3. Methamphetamine (Sabu-sabu)
Stimulant ini juga memberikan efek peningkatan energi berlebihan ujtuk tubuh, fokus yang berlebihan dan euforia akut.
Ini merupakan zat yang teramat sangat adiktif, dan dengan mudah dapat menyebabkan kerusakan otak permanen.
Methamphetamine merangsang halusinasi, paranoia, gangguan psikosis, dan bahkan menimbulkan kerusakan gigi yang sangat parah (“meth mouth”).

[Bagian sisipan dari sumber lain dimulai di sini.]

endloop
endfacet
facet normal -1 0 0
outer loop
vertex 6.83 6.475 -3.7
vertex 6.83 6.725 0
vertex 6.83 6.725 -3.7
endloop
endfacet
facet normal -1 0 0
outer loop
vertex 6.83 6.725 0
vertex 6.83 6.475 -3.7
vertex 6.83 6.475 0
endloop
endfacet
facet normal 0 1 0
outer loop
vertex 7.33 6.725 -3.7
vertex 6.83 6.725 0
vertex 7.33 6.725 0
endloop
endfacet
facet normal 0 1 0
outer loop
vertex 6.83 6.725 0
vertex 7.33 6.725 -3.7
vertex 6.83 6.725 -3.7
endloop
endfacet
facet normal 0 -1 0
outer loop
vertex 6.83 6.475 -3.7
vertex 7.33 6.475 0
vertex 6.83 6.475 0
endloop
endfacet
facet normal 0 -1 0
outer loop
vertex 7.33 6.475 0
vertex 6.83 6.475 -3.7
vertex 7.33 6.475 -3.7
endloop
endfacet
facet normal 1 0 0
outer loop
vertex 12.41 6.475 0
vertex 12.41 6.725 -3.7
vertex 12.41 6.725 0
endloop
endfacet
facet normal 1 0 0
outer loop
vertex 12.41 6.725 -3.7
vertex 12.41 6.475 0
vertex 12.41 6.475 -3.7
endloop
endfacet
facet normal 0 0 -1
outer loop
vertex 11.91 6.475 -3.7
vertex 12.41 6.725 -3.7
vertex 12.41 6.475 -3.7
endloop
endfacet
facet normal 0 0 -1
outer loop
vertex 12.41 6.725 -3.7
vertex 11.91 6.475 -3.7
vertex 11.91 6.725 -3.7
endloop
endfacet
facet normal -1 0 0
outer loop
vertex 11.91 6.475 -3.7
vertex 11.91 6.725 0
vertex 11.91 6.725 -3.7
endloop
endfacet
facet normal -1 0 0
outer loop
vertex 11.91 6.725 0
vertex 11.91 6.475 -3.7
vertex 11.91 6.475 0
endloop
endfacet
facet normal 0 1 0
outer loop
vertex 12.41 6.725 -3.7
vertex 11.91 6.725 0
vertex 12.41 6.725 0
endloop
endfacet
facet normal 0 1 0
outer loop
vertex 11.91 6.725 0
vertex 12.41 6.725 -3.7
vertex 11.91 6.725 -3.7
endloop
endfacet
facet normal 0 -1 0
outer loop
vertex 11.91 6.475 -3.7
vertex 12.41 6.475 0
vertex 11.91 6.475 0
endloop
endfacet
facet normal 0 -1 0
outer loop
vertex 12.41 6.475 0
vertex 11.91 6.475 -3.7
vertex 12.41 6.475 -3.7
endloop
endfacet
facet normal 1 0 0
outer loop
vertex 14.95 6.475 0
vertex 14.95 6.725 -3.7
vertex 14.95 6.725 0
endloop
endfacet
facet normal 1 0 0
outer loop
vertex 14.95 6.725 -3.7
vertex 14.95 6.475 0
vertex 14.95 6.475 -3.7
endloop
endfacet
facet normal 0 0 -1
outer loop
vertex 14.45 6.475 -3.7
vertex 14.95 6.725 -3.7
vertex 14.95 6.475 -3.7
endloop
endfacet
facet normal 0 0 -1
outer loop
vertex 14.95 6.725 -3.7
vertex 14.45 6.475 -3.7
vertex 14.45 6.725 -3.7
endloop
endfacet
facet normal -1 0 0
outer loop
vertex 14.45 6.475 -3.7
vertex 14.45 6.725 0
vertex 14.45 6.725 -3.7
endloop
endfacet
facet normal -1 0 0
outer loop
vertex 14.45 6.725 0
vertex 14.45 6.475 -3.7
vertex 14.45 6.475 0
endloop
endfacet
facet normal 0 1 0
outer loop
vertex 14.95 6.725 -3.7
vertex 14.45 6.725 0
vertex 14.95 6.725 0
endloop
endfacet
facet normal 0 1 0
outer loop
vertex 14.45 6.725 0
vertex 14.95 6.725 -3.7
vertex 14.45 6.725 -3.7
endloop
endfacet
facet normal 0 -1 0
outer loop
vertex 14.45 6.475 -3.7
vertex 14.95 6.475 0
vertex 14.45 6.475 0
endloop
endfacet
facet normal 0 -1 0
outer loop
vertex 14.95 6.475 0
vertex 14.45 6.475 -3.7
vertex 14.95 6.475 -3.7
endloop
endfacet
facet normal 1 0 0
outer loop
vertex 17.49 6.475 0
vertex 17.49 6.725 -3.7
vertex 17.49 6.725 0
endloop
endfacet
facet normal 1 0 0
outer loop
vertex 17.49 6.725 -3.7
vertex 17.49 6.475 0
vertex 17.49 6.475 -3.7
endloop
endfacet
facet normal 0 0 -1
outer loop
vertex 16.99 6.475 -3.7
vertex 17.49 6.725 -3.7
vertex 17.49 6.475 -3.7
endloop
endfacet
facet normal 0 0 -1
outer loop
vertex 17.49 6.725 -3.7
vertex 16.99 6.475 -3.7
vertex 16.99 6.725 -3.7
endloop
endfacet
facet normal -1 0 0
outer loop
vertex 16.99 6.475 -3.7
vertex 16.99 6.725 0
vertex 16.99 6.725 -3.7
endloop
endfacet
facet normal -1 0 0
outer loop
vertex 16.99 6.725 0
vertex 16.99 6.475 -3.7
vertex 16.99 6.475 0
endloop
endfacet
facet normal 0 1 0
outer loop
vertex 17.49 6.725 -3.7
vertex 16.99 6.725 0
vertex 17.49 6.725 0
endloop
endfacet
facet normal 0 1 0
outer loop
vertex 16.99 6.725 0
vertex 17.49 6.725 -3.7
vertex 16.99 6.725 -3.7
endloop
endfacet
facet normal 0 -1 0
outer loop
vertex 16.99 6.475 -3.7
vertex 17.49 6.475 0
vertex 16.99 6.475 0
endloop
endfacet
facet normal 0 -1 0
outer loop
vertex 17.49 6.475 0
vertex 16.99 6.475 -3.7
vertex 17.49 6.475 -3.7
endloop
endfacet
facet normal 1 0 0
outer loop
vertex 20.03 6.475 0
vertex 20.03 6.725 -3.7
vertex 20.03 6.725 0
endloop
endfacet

4. LSD (Lysergic Acid Diethylamide)
Narkoba ini berjenis halusinogen dengan efek halusinasi visual dan auditori parah dan mwnyebabkan perubahan persepsi waktu. Zat ini mungkin tidak menyebabkan kecanduan fisik, tetapi dapat memicu gangguan mental jangka panjang. Dampak penggunaan LSD adalah seperti psikosis, flashback, dan gangguan kecemasan kronis.
5. Ekstasi (MDMA)
Narkoba berjenis stimulant dan halusinogen ringan yang memberikan efek euforia, rasa cinta dan empati diluar batas. Dapat mengakibatkan dehidrasi berat, hipertermia, dan bahkan gagal organ. Sangat berdampak ke kerusakan otak, gangguan mood, dan gangguan tidur.
6. Ganja (Cannabis) – pada penyalahgunaan berat
Berjenis Depresan dan halusinogen ringan. Memberikan efek rileks, euforia dan perubahan besar terhadap persepsi pengguna. Memiliki risiko ketergantungan psikologis, dan gangguan kognitif pada penggunaan jangka panjang. Ganja dapat menurunkan kemampuan belajar dan memori, hingga risiko gangguan mental.

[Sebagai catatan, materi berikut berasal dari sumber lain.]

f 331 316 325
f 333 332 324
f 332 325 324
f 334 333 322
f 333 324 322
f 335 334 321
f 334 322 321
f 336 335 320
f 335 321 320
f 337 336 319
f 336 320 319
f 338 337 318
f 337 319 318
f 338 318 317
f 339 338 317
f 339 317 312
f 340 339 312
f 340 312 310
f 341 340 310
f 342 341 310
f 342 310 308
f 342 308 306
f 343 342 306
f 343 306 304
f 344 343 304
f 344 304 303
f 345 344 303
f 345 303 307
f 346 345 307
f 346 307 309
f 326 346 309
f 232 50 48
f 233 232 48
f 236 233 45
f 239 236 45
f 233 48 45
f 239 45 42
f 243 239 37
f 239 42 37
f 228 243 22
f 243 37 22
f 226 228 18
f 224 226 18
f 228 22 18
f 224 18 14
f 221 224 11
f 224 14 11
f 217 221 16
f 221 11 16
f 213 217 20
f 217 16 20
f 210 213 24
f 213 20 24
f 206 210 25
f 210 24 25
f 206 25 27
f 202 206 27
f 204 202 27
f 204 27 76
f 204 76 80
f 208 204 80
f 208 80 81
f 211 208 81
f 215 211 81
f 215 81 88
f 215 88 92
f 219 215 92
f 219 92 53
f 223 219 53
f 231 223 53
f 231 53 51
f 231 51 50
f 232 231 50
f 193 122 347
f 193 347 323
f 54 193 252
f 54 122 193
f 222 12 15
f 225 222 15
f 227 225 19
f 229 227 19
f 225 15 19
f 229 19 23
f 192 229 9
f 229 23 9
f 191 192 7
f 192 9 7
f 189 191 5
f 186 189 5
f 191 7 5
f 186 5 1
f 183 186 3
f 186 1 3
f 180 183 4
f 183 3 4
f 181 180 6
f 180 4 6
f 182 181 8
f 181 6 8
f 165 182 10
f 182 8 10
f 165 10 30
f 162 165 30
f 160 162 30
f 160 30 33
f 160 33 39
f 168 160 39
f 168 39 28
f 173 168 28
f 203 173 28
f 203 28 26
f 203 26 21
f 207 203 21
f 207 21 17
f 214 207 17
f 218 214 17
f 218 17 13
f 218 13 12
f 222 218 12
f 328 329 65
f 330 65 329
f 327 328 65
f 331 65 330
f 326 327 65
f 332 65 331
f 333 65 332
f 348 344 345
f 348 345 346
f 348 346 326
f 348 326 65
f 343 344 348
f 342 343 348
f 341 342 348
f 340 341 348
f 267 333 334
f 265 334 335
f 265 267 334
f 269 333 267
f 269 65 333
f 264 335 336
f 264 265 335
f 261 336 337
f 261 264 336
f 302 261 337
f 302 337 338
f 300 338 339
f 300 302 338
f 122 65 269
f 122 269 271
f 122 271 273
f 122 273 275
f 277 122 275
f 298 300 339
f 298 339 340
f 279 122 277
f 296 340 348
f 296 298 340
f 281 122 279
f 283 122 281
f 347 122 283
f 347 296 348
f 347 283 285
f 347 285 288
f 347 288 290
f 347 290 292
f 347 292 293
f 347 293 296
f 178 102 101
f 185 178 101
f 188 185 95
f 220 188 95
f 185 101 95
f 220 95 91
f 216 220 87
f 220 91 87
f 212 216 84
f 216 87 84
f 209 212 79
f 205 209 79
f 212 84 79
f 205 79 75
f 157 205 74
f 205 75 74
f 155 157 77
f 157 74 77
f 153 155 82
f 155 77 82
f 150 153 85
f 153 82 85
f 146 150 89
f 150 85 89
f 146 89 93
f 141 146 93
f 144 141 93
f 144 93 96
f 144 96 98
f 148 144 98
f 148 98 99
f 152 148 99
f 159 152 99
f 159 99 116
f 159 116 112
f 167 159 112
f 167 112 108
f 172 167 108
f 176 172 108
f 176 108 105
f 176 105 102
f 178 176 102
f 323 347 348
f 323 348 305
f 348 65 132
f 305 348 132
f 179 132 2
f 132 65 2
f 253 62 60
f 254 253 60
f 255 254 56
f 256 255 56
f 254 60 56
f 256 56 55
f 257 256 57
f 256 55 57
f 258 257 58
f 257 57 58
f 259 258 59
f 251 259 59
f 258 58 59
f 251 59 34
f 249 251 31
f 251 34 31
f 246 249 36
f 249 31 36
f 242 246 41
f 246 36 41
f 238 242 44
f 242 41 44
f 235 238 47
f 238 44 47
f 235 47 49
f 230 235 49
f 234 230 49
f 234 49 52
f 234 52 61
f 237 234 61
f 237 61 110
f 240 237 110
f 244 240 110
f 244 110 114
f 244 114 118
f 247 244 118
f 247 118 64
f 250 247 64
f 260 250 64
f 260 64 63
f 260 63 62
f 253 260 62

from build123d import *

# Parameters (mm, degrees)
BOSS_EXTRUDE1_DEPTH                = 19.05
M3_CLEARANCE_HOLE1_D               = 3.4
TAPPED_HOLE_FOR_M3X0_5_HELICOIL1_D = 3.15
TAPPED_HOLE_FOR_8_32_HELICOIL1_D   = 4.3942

7. Psikotropika Benzodiazepin (misal: Diazepam, Alprazolam)
Berjenis depresan sistem saraf pusat yang memberikan efek menenangkan dan sangat mengurangi kecemasan dengan sangat cepat. Ini menimbulkan ketergantungan tingkat tinggi jika disalahgunakan, dan sangat beresiko overdosis yang sangat fatal jika dikombinasikan dengan penggunaan alkohol. Menyebabkan gangguan memori dan disorientasi.
Sekarang kamu sudah tahu betapa bahayanya narkoba dan psikotropika. Jangan sampai kamu maupun orang-orang yang kamu sayangi terjerumus dalam penggunaan narkoba. (Ananda-Red)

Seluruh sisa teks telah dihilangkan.